There's been a huge confusion about causes (in the philosophical sense) over the past few pages. While we could construct wild speculations about what was happening behind the scenes, that doesn't have much to do with the ultimate causes.

If you want to argue that the response he got online was responsible for his current behavior: bullsh*t. He's an adult, he can make adult decisions. He already wrote 10 pages in response to people politely asking him to think about how other people feel, and he hasn't had to endure a tenth of the kind of harassment that the people he targeted go through.

If you want to say that people talking about someone, mostly politely, is somehow justification for terrorist attacks, then spell out what you mean. I happen to disagree. If anyone called for Damore to be raped or killed, I condemn them unequivocally.

But using the criticism he got to excuse his behavior and the behavior he's now going out of his way to encourage? And claiming that he was just being emotionally defensive? No.

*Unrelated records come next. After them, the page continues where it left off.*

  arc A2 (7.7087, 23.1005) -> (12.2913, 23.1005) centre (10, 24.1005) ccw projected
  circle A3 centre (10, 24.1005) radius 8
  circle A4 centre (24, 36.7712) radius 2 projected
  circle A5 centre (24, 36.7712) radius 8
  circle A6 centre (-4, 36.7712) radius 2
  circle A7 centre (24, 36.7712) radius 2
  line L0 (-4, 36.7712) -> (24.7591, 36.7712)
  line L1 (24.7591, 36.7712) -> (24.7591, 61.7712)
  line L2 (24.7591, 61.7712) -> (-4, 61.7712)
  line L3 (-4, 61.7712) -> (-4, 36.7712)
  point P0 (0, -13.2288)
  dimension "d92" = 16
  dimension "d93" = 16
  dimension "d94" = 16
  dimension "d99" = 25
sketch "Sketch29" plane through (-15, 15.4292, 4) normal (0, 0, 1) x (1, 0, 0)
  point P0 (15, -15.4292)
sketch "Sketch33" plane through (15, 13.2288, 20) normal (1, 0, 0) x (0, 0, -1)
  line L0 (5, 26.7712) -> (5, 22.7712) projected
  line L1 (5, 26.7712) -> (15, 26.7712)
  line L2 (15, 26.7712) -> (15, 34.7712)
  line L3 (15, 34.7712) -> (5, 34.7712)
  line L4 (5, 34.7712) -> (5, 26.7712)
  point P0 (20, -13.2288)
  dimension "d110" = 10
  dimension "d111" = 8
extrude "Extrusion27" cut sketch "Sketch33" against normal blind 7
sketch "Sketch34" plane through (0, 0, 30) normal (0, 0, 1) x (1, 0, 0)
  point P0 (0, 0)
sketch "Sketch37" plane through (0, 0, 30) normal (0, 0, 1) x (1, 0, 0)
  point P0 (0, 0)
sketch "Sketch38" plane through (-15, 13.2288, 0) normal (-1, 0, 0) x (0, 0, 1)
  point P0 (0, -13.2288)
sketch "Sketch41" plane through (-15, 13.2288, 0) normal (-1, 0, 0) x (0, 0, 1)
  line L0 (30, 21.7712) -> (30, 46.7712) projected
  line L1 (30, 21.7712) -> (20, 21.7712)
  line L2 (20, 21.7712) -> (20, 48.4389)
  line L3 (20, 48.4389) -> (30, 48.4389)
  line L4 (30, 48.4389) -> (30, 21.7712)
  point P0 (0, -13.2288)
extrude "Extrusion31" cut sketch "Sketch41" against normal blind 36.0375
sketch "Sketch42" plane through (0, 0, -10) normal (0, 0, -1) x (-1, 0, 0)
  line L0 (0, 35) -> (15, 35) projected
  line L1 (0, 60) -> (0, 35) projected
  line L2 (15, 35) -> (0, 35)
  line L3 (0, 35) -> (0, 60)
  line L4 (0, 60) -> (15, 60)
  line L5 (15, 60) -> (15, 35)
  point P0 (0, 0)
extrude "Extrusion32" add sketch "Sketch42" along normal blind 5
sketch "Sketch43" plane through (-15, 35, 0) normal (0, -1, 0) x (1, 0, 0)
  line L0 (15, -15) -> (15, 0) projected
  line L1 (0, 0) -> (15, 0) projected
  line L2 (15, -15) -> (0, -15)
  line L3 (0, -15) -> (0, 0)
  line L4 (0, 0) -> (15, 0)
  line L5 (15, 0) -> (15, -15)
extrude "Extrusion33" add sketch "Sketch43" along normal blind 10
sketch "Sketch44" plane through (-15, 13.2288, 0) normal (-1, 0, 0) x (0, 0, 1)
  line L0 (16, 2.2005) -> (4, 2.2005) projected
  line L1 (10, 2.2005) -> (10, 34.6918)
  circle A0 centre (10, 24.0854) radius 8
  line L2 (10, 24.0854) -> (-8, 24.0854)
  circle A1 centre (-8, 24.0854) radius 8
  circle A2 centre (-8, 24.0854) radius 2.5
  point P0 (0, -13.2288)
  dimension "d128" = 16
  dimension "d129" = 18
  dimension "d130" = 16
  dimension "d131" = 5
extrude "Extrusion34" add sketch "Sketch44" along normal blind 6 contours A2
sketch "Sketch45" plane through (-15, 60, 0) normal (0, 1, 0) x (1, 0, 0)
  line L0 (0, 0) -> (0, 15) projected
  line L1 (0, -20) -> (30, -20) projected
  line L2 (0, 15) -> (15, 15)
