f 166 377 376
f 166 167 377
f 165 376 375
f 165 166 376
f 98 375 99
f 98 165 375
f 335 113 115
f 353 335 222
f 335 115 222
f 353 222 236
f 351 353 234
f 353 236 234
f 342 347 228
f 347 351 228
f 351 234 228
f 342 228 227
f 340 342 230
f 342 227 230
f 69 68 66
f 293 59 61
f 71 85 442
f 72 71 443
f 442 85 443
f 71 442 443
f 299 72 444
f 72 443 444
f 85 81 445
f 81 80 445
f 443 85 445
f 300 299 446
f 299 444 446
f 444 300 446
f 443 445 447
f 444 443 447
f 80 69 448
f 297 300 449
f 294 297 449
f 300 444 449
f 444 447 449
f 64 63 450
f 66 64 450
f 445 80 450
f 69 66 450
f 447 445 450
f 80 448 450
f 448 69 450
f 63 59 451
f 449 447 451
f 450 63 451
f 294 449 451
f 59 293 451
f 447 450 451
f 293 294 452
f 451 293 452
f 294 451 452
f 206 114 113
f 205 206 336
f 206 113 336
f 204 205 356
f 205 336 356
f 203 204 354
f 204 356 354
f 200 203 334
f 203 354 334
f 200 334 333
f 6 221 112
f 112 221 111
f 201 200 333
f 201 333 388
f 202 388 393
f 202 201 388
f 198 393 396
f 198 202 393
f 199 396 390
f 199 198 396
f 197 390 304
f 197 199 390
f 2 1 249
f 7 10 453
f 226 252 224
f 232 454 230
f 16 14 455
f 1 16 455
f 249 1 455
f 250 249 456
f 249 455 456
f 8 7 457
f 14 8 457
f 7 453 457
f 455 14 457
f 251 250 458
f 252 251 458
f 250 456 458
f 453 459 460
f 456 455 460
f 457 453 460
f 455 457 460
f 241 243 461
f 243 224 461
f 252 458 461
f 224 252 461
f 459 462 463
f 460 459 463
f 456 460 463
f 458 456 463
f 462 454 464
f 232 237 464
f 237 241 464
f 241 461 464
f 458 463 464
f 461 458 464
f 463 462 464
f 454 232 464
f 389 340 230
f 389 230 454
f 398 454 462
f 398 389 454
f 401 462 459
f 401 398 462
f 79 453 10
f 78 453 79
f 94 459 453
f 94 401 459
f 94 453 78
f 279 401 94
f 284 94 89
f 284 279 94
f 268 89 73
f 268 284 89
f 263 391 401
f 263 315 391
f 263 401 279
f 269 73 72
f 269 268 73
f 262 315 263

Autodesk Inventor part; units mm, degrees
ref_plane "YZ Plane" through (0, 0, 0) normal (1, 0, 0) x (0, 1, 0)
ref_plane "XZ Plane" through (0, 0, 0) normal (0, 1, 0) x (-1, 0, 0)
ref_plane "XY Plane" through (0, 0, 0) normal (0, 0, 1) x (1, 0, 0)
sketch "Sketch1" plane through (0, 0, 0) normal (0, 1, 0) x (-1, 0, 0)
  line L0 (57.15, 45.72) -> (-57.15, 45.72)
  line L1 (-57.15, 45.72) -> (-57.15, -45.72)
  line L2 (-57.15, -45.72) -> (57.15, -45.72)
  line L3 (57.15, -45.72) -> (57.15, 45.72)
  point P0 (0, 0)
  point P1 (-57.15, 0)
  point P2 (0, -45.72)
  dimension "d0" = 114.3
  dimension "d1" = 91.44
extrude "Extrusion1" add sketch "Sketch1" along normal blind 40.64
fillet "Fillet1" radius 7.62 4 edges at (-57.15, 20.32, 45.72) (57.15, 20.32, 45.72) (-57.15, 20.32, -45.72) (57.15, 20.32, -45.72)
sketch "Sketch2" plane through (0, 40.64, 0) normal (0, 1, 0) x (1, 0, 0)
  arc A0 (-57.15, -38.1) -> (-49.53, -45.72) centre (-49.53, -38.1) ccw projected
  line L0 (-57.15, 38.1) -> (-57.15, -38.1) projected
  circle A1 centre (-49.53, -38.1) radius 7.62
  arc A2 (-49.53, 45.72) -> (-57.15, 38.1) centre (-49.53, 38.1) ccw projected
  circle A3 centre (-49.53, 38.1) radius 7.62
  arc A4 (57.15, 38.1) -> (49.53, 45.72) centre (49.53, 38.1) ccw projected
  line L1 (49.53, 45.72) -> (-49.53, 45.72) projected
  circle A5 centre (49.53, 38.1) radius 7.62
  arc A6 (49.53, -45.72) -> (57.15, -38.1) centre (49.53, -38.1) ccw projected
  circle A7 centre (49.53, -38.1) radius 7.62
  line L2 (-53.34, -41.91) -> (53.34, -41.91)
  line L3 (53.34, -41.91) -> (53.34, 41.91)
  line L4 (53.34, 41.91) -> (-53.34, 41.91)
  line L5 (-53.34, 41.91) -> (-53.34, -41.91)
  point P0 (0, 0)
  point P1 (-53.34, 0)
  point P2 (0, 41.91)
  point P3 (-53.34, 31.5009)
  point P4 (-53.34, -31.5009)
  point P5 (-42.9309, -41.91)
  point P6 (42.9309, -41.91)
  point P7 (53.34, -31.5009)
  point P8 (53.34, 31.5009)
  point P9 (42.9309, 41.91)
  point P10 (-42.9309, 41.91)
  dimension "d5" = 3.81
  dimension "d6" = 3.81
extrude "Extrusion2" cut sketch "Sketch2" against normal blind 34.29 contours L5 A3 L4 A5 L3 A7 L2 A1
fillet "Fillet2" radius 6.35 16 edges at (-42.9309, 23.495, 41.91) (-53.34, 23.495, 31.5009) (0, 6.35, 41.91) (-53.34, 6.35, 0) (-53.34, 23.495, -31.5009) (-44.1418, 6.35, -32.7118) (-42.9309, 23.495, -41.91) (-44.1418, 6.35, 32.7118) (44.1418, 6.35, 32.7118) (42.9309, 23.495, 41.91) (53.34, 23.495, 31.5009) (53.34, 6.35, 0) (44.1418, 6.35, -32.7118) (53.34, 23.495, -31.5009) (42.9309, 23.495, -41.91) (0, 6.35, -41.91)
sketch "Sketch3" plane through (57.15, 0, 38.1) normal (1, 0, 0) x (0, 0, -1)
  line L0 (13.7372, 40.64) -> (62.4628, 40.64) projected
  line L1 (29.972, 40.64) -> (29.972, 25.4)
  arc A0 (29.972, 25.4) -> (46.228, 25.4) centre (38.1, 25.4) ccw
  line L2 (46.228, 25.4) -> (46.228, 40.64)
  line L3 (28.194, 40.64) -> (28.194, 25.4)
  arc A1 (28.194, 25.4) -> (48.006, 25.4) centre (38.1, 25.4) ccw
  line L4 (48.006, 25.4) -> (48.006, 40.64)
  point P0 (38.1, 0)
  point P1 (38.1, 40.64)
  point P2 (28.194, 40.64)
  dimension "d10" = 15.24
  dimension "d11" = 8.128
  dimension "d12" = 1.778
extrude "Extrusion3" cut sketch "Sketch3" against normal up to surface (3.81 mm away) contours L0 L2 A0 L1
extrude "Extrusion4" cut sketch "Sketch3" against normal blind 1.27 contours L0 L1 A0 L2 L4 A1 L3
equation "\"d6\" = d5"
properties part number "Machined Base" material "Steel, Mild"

Given the alacrity with which James Damore has sought to monetize his firing (including registering the absurdly-chosen `@Fired4Truth` Twitter account for his continued grandstanding), I would not be the least bit surprised if the original release of his manifesto was done by Damore himself.

Otherwise, consider me +1-ing most of what Demyx and Gremlin have posted upthread.

A little late to this party and I'll admit I only skimmed the 1st pages.

So... memo content and what I've learnt from twitter in the last 24hrs:

What I have discovered talking to great minds of twitter is that "its about preferences not traits" seems to have become #googlememo's version of 'its about ethics in games journalism".

Which you know complete ignores the actual text of where Damore name checks evo psych as his foundational POV in the first page (or so), his own 'tldr' of the memo specifically mentions traits (not prefs) as the reason for a non 50:50 gender split and within another page he specifically states (cognitive) traits lead to prefs.

Also wrt complaining about stifled opinions, no dialogue, censorship etc... Google is a private corporation. Free speech provision only covers public spaces and public institutes. For good and bad we've decided corporations are private entities so its their house and their rules. Google have pre-decided that a (nominal) commitment to a specific kind of hiring practice and diversity and no questions asked is how they'd like to do business. You don't like it you are 100% free to go and found your own Google.